**TASK OBJECTIVE:** Look through the lines below and extract each one that contains "CIRCLE".

[MATERIAL TO PROCESS — start]

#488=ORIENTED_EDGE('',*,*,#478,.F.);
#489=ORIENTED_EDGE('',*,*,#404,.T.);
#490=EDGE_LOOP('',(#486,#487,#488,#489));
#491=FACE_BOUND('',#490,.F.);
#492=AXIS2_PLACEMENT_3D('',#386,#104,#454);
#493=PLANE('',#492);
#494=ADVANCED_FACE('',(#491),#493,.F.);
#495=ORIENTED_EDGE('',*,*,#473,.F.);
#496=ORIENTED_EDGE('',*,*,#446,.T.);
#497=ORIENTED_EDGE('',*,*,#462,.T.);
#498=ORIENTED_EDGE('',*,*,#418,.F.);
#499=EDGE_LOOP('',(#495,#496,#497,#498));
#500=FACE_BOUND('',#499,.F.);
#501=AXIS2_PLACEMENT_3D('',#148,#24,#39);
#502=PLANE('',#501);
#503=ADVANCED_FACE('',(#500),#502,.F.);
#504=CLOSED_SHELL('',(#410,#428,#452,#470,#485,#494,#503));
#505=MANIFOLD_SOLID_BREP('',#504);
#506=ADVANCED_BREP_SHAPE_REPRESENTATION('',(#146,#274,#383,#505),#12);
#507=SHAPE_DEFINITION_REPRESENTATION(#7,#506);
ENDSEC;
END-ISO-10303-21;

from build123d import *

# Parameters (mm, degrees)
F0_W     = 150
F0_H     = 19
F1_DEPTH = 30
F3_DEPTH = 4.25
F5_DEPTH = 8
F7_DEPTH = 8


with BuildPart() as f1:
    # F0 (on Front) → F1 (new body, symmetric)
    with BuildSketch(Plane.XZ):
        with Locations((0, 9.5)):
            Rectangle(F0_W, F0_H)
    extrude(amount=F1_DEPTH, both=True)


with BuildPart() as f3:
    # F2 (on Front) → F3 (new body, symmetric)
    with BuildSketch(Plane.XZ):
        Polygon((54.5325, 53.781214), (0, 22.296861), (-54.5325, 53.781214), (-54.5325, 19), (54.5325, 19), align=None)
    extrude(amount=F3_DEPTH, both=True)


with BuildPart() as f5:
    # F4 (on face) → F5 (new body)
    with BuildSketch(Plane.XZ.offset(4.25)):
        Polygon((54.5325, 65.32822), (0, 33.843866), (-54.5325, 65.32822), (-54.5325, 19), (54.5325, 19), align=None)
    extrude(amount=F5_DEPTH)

[MATERIAL TO PROCESS — finish]
[MATERIAL TO PROCESS — start]

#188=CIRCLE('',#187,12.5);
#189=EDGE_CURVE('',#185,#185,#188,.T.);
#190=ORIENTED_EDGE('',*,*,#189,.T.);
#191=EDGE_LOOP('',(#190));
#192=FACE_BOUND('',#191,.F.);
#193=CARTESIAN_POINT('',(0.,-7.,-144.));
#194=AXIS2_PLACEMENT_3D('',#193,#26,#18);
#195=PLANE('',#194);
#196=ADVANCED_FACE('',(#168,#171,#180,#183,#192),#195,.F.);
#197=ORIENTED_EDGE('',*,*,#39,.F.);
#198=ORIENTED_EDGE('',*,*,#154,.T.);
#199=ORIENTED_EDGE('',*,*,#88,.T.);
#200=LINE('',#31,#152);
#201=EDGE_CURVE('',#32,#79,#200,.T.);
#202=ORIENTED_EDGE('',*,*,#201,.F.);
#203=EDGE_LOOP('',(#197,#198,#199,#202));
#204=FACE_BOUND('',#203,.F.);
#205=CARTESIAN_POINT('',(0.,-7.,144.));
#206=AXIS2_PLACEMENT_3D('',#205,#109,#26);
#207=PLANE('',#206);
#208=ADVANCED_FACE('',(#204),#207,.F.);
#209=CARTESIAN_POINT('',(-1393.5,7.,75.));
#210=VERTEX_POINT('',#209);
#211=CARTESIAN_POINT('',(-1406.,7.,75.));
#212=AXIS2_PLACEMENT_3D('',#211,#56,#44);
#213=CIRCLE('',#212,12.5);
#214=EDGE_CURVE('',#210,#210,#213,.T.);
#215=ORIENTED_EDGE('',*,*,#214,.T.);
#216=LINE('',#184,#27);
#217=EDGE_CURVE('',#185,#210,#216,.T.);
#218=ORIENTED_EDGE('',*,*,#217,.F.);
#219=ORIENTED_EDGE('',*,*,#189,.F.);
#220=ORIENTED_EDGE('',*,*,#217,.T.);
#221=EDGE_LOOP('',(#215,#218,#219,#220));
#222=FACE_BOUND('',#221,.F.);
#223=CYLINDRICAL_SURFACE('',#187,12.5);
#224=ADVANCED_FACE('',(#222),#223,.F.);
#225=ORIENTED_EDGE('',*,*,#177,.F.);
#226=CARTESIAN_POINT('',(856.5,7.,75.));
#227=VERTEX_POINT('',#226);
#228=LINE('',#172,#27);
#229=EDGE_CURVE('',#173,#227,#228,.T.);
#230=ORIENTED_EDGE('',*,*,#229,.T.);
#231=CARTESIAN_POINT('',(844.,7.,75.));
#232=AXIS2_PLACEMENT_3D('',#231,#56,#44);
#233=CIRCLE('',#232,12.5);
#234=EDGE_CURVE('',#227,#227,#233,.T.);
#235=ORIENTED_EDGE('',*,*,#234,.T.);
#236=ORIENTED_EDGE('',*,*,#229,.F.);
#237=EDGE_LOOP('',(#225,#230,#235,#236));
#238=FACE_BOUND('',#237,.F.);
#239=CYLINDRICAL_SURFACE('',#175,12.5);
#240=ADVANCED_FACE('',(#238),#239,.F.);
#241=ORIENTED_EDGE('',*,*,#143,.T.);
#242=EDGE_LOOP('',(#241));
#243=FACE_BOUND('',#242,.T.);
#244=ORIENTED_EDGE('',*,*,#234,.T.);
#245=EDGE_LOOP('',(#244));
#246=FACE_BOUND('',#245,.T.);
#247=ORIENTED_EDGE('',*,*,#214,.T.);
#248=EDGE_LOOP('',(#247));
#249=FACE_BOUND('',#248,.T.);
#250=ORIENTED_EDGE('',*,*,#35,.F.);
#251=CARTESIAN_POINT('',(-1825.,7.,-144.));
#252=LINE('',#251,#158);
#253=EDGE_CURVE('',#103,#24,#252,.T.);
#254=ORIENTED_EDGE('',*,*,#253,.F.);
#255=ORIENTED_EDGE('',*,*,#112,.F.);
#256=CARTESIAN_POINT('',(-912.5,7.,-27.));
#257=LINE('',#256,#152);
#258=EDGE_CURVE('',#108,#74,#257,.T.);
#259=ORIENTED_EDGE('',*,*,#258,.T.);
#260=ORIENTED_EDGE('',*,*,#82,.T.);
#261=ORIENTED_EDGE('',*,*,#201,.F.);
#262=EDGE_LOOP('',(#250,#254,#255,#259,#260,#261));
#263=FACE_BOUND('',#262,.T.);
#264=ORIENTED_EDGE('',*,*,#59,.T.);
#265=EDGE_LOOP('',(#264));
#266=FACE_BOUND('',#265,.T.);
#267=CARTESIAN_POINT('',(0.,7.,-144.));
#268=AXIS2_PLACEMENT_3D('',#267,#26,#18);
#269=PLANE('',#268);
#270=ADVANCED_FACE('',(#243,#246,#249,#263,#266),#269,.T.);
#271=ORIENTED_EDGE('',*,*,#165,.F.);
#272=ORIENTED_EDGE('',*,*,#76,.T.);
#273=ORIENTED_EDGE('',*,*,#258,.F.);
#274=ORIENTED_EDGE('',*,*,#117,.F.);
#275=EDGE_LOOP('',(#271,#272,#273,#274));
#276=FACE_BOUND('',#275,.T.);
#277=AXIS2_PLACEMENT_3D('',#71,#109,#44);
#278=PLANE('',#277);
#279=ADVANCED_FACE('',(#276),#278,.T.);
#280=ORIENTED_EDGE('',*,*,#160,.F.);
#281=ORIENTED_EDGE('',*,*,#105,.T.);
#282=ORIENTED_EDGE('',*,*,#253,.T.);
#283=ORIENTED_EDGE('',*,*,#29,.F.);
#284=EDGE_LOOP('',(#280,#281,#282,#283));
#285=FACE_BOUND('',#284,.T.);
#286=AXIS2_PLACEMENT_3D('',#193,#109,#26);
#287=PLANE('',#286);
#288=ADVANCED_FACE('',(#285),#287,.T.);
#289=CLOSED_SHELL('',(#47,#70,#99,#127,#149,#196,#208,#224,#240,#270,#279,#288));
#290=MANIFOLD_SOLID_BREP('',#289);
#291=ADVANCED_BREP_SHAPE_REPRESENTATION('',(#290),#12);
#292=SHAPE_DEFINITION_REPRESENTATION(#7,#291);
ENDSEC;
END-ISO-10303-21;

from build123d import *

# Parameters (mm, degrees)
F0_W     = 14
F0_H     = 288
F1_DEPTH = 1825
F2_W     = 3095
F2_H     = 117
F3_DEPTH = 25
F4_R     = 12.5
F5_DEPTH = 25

[MATERIAL TO PROCESS — finish]

**EXERCISE ANSWER:**
#188=CIRCLE('',#187,12.5);
#213=CIRCLE('',#212,12.5);
#233=CIRCLE('',#232,12.5);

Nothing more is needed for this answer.